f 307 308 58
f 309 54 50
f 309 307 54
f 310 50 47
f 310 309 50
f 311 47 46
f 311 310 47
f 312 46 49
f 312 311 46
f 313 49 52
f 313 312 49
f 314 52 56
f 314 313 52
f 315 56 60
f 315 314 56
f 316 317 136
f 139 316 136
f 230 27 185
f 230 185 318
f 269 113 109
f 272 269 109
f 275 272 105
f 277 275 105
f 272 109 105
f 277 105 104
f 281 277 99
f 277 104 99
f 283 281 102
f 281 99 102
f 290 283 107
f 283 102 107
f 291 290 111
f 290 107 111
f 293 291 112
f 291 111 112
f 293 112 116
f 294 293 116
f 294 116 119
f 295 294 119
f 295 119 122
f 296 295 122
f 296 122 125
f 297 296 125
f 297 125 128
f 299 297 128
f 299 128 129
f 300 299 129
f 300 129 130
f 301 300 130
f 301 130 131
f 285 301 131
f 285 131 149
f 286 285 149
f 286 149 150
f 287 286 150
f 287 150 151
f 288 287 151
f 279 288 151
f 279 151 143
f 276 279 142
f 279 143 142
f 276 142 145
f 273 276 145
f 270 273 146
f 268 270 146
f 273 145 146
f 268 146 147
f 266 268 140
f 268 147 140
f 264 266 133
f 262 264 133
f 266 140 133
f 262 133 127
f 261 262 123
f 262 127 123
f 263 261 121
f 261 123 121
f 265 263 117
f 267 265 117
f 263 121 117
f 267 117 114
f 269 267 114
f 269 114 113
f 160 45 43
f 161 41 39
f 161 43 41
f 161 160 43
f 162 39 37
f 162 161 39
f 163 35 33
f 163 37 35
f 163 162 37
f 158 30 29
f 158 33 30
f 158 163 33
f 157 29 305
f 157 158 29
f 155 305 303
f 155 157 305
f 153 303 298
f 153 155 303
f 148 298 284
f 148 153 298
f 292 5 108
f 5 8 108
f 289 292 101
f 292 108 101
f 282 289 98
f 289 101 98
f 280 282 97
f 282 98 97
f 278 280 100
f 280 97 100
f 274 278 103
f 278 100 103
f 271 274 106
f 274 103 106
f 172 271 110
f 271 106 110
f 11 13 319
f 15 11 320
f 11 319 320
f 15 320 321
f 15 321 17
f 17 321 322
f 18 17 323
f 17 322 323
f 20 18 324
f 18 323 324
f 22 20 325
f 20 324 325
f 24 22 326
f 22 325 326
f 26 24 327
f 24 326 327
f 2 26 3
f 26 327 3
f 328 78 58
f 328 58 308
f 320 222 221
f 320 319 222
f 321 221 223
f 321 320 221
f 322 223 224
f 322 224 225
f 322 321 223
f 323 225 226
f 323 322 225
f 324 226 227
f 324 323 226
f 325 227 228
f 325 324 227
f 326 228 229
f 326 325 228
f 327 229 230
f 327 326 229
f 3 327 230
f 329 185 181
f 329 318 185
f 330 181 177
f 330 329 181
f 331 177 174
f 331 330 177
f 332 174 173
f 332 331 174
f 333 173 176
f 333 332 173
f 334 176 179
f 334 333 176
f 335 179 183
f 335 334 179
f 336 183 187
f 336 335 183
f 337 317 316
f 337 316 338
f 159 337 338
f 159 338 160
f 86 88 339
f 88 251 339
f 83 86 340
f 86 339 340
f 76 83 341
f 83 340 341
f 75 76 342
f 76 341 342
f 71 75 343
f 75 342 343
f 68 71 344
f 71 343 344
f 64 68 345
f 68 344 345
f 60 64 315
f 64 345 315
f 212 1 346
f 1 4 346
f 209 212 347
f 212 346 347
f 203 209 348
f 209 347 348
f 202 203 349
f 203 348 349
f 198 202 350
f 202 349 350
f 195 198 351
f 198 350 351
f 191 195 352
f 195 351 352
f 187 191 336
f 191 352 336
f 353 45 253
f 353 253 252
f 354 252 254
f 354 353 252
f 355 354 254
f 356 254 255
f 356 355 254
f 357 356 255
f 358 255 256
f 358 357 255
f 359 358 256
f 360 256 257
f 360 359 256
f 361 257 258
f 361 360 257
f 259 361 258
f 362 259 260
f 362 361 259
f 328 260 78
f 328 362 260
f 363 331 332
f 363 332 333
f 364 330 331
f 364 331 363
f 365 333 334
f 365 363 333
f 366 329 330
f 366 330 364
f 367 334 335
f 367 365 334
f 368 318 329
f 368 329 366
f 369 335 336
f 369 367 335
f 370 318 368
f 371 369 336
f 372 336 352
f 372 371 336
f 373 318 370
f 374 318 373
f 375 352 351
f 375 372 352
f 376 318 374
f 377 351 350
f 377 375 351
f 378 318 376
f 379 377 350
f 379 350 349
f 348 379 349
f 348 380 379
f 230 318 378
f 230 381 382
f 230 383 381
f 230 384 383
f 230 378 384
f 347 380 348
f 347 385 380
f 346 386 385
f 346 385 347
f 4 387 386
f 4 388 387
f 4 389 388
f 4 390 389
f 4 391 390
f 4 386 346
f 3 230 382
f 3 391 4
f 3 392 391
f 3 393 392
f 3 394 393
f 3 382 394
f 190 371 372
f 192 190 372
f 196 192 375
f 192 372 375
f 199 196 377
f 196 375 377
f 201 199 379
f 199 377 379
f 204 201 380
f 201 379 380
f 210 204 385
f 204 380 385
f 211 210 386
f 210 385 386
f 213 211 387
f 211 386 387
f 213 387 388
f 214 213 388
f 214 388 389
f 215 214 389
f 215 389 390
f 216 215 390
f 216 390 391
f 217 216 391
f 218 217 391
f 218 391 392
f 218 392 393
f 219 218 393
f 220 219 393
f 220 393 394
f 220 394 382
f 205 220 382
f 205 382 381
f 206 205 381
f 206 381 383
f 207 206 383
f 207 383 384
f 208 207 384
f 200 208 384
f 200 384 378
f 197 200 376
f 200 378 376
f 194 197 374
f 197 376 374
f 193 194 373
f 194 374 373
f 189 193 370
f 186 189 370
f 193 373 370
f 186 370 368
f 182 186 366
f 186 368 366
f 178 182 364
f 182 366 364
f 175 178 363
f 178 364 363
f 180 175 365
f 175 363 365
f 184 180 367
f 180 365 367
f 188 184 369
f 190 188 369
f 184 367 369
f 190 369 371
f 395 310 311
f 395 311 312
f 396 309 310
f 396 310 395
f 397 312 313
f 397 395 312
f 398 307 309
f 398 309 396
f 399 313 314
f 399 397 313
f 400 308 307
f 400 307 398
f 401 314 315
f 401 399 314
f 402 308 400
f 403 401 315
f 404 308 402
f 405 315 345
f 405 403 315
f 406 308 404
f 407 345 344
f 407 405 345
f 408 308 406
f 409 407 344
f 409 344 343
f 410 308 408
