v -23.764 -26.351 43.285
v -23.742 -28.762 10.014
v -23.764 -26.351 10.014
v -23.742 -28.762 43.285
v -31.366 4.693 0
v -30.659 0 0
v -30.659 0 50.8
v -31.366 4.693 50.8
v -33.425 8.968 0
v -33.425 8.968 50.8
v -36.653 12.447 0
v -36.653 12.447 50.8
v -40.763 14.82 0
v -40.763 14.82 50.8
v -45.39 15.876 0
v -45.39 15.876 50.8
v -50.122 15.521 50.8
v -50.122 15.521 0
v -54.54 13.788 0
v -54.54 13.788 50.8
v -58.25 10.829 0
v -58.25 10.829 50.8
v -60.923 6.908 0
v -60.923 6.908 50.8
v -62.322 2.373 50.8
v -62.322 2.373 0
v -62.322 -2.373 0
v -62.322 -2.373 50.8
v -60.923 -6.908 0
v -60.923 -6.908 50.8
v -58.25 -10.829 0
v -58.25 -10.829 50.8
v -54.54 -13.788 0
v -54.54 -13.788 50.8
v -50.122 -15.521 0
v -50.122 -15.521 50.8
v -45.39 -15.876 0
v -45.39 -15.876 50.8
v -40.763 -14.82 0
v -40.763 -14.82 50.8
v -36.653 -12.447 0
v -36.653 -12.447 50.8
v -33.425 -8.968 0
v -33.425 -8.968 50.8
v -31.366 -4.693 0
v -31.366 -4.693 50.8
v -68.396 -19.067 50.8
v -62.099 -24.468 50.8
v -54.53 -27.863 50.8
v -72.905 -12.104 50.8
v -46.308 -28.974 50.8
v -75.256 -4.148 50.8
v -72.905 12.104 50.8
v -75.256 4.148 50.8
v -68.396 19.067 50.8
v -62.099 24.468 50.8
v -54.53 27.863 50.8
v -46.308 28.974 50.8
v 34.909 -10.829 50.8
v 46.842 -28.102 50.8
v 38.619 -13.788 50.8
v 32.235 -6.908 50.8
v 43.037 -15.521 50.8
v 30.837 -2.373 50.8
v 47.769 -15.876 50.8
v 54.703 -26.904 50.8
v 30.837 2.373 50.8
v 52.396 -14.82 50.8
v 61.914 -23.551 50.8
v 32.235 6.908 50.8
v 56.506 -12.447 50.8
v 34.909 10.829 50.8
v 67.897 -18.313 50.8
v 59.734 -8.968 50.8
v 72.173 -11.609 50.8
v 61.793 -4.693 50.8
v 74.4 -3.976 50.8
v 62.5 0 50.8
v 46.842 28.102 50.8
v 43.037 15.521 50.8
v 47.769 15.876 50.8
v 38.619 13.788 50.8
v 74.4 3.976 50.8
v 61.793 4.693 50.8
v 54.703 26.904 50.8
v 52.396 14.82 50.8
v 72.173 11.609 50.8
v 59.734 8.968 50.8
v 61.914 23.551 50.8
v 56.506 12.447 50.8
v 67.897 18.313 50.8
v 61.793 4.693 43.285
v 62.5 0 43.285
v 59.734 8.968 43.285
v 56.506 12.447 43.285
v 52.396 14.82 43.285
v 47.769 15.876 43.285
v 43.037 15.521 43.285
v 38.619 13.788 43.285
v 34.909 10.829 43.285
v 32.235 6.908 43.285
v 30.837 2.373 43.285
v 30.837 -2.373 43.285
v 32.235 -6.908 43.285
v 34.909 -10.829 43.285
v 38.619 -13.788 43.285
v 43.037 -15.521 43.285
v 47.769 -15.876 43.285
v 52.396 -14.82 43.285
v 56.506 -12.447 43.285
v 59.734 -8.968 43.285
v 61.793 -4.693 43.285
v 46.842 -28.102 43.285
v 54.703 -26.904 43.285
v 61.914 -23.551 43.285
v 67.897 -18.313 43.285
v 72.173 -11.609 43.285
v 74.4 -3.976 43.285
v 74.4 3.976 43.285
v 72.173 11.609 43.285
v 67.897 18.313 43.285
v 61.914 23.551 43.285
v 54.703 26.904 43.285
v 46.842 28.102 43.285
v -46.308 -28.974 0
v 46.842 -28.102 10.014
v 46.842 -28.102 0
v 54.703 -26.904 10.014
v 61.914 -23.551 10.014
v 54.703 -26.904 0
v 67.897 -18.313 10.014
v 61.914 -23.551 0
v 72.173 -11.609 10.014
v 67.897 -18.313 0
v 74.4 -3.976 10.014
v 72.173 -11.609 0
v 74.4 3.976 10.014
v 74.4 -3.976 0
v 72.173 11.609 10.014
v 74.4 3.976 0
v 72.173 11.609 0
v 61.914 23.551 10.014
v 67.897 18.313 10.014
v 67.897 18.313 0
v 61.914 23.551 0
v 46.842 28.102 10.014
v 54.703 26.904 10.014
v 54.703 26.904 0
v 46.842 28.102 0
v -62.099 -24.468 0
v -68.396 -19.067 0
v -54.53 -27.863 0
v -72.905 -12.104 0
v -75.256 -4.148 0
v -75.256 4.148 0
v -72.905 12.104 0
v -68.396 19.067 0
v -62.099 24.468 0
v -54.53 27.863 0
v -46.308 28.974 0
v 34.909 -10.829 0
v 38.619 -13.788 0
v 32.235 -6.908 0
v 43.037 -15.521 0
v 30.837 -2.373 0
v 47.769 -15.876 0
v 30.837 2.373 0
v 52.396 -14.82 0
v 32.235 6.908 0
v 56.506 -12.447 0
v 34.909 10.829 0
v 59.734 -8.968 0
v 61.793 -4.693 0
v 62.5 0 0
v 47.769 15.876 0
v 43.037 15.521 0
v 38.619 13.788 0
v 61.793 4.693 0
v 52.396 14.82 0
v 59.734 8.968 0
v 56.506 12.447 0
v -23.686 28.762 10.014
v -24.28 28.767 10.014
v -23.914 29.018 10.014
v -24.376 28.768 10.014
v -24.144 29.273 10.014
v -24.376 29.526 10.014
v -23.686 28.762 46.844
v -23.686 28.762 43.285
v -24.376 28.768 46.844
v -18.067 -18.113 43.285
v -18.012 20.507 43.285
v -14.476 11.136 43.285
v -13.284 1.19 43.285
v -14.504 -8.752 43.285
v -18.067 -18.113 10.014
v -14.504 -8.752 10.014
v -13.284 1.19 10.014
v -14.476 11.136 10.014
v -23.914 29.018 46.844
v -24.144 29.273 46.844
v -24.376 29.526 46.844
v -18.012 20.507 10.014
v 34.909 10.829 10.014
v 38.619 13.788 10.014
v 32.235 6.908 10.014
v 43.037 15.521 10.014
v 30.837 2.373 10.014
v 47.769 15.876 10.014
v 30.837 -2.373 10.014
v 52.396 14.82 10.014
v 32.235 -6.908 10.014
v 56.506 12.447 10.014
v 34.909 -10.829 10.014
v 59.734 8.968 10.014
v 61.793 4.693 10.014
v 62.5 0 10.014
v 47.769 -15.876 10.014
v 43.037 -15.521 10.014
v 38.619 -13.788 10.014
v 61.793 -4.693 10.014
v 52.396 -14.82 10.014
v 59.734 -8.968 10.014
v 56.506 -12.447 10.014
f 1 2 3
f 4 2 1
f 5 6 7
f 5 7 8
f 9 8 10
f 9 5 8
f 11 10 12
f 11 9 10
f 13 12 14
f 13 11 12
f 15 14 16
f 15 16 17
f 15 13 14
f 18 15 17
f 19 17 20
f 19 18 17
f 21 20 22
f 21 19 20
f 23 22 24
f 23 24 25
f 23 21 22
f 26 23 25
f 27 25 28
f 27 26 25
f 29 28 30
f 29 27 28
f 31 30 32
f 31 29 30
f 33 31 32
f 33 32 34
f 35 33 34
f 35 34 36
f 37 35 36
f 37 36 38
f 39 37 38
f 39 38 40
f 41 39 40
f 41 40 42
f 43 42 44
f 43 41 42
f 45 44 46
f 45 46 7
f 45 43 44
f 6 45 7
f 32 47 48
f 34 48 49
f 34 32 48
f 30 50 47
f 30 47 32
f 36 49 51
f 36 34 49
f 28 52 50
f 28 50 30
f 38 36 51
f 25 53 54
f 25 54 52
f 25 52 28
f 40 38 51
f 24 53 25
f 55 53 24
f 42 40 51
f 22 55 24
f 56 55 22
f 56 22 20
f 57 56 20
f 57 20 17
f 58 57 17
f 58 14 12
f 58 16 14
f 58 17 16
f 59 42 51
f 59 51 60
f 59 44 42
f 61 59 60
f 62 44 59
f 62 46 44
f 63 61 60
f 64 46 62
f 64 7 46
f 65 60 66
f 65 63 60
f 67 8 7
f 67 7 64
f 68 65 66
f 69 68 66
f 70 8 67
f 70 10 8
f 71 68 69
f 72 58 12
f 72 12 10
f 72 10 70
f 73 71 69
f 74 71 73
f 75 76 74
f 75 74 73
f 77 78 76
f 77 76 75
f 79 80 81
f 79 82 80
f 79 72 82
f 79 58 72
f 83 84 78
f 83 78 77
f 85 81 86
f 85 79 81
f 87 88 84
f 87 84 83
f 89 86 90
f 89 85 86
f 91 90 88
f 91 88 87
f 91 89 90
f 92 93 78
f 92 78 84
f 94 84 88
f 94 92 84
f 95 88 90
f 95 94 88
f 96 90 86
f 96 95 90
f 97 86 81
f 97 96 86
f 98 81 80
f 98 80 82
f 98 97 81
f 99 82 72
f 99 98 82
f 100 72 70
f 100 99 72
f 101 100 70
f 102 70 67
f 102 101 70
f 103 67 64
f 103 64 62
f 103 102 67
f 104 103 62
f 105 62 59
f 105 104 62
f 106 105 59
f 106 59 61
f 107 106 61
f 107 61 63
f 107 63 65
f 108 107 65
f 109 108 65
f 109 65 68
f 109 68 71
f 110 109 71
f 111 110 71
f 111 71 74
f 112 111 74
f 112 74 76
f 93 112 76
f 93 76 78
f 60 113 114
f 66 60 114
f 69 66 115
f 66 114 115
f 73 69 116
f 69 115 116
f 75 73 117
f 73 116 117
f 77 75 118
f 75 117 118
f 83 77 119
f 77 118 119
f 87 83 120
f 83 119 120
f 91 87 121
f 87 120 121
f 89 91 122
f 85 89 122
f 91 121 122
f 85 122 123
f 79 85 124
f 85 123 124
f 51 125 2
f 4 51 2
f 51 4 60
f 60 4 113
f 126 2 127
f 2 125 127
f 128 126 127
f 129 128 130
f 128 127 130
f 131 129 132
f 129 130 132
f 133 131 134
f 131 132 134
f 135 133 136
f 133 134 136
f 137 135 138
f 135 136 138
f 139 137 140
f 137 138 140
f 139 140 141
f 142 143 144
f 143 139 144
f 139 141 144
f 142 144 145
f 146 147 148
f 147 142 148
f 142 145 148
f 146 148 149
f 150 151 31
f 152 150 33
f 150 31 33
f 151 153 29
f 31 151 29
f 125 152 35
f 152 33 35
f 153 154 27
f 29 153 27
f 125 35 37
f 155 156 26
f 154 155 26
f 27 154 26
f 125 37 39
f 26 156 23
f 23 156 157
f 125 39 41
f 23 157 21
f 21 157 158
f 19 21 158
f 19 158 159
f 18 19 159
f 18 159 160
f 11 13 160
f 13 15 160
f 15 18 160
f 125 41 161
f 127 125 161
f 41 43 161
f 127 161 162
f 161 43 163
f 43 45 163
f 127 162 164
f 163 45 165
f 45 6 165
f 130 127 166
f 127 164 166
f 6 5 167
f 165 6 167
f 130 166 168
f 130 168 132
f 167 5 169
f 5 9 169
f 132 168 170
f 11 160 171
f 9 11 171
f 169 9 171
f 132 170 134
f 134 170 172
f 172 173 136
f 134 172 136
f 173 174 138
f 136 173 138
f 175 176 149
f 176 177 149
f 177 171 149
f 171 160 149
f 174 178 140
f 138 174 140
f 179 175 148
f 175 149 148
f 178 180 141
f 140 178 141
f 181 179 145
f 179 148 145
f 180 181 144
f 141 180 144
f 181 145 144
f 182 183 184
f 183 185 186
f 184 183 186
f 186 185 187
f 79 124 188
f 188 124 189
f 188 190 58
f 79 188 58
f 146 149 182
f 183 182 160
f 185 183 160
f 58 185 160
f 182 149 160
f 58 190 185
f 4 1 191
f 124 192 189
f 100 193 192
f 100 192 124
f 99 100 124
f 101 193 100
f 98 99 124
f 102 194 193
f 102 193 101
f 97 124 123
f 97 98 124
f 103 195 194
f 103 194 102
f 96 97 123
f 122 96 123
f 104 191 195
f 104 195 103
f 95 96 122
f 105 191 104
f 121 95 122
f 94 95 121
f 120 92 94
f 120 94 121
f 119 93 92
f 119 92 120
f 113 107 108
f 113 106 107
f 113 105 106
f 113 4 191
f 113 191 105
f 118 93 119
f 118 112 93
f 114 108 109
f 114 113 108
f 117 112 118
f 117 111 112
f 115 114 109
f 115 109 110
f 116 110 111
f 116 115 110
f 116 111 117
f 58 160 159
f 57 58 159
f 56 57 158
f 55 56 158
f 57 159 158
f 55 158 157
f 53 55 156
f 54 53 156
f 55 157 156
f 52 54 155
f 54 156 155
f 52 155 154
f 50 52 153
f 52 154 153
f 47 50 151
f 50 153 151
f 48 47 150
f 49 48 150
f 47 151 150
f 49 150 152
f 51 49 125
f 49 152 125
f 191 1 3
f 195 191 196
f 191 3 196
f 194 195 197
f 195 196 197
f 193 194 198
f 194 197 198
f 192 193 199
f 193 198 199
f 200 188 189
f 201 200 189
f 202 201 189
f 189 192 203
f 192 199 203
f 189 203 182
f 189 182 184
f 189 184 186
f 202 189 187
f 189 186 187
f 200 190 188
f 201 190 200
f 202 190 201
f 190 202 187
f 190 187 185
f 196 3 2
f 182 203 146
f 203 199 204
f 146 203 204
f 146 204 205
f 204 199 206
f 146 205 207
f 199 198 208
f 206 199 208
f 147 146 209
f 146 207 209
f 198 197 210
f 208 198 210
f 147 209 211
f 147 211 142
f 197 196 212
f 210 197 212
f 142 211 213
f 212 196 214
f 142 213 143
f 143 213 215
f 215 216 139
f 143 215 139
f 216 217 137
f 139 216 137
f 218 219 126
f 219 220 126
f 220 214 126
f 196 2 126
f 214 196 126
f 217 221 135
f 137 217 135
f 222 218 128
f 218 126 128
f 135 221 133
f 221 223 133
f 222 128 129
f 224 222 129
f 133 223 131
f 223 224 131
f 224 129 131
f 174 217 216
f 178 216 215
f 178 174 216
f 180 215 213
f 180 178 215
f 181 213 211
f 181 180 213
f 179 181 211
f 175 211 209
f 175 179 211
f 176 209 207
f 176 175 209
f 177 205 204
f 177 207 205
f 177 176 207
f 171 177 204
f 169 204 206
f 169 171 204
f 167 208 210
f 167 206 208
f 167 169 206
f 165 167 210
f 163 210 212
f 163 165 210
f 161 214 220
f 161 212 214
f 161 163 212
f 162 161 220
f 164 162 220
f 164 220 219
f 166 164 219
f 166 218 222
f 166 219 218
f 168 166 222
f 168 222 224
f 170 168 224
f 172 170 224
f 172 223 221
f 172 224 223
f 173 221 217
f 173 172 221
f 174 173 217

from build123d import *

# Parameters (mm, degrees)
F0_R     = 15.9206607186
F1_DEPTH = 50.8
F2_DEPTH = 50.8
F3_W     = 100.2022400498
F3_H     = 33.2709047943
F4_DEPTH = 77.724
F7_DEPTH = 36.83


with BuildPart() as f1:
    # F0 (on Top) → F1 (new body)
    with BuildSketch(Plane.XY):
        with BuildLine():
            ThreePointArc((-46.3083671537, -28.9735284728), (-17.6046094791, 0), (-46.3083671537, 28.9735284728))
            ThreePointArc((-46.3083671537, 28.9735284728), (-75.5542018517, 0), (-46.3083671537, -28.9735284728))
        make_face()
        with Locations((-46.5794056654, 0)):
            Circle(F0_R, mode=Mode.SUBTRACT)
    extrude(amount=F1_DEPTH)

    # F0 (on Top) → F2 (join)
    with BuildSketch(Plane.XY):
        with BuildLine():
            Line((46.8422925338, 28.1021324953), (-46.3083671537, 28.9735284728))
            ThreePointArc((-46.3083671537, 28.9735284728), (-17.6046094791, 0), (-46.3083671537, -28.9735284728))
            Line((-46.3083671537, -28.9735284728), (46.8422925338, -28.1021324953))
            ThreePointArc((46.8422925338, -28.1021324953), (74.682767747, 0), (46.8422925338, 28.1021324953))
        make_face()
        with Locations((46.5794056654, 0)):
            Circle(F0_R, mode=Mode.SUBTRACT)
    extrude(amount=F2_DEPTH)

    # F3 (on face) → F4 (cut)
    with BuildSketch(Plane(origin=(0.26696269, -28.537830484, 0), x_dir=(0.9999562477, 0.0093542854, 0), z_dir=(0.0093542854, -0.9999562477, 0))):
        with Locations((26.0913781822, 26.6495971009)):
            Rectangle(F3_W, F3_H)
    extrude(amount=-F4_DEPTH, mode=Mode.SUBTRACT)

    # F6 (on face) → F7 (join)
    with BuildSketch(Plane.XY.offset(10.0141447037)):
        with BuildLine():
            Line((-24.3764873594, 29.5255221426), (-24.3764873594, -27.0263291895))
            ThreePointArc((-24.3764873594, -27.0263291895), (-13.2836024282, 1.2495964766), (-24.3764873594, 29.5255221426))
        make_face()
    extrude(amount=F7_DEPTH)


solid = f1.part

* * *

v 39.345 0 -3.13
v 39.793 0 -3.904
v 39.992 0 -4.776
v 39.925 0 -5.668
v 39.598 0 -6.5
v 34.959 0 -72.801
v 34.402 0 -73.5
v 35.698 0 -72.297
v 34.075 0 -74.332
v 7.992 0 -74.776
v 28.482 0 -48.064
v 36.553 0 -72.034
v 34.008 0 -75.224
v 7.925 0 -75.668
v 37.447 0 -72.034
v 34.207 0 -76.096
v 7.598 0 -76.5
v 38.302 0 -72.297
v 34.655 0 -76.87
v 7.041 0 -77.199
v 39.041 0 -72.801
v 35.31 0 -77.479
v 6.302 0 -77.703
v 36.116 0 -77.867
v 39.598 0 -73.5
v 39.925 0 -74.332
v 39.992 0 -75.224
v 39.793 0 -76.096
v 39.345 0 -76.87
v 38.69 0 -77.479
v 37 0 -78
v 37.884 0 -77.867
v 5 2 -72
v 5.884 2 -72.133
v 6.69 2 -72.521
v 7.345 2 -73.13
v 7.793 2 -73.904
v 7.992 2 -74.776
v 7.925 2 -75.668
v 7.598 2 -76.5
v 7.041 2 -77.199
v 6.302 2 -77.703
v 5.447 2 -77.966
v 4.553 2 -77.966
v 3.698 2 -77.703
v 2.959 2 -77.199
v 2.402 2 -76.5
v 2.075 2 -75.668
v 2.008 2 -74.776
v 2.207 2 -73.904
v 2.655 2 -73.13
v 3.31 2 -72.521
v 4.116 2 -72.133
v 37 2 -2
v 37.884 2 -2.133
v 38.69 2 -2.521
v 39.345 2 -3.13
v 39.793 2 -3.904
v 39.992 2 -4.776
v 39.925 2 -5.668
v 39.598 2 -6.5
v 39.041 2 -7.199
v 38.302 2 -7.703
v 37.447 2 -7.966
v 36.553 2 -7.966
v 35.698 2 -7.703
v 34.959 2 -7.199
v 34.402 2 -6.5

▶ EXERCISE BRIEF
Nothing should appear in the answer except the lines above from the line with "f 296 122 125" through the line with "f 357 356 255", both included, written out exactly.

▶ PROBLEM SOLUTION
f 296 122 125
f 297 296 125
f 297 125 128
f 299 297 128
f 299 128 129
f 300 299 129
f 300 129 130
f 301 300 130
f 301 130 131
f 285 301 131
f 285 131 149
f 286 285 149
f 286 149 150
f 287 286 150
f 287 150 151
f 288 287 151
f 279 288 151
f 279 151 143
f 276 279 142
f 279 143 142
f 276 142 145
f 273 276 145
f 270 273 146
f 268 270 146
f 273 145 146
f 268 146 147
f 266 268 140
f 268 147 140
f 264 266 133
f 262 264 133
f 266 140 133
f 262 133 127
f 261 262 123
f 262 127 123
f 263 261 121
f 261 123 121
f 265 263 117
f 267 265 117
f 263 121 117
f 267 117 114
f 269 267 114
f 269 114 113
f 160 45 43
f 161 41 39
f 161 43 41
f 161 160 43
f 162 39 37
f 162 161 39
f 163 35 33
f 163 37 35
f 163 162 37
f 158 30 29
f 158 33 30
f 158 163 33
f 157 29 305
f 157 158 29
f 155 305 303
f 155 157 305
f 153 303 298
f 153 155 303
f 148 298 284
f 148 153 298
f 292 5 108
f 5 8 108
f 289 292 101
f 292 108 101
f 282 289 98
f 289 101 98
f 280 282 97
f 282 98 97
f 278 280 100
f 280 97 100
f 274 278 103
f 278 100 103
f 271 274 106
f 274 103 106
f 172 271 110
f 271 106 110
f 11 13 319
f 15 11 320
f 11 319 320
f 15 320 321
f 15 321 17
f 17 321 322
f 18 17 323
f 17 322 323
f 20 18 324
f 18 323 324
f 22 20 325
f 20 324 325
f 24 22 326
f 22 325 326
f 26 24 327
f 24 326 327
f 2 26 3
f 26 327 3
f 328 78 58
f 328 58 308
f 320 222 221
f 320 319 222
f 321 221 223
f 321 320 221
f 322 223 224
f 322 224 225
f 322 321 223
f 323 225 226
f 323 322 225
f 324 226 227
f 324 323 226
f 325 227 228
f 325 324 227
f 326 228 229
f 326 325 228
f 327 229 230
f 327 326 229
f 3 327 230
f 329 185 181
f 329 318 185
f 330 181 177
f 330 329 181
f 331 177 174
f 331 330 177
f 332 174 173
f 332 331 174
f 333 173 176
f 333 332 173
f 334 176 179
f 334 333 176
f 335 179 183
f 335 334 179
f 336 183 187
f 336 335 183
f 337 317 316
f 337 316 338
f 159 337 338
f 159 338 160
f 86 88 339
f 88 251 339
f 83 86 340
f 86 339 340
f 76 83 341
f 83 340 341
f 75 76 342
f 76 341 342
f 71 75 343
f 75 342 343
f 68 71 344
f 71 343 344
f 64 68 345
f 68 344 345
f 60 64 315
f 64 345 315
f 212 1 346
f 1 4 346
f 209 212 347
f 212 346 347
f 203 209 348
f 209 347 348
f 202 203 349
f 203 348 349
f 198 202 350
f 202 349 350
f 195 198 351
f 198 350 351
f 191 195 352
f 195 351 352
f 187 191 336
f 191 352 336
f 353 45 253
f 353 253 252
f 354 252 254
f 354 353 252
f 355 354 254
f 356 254 255
f 356 355 254
f 357 356 255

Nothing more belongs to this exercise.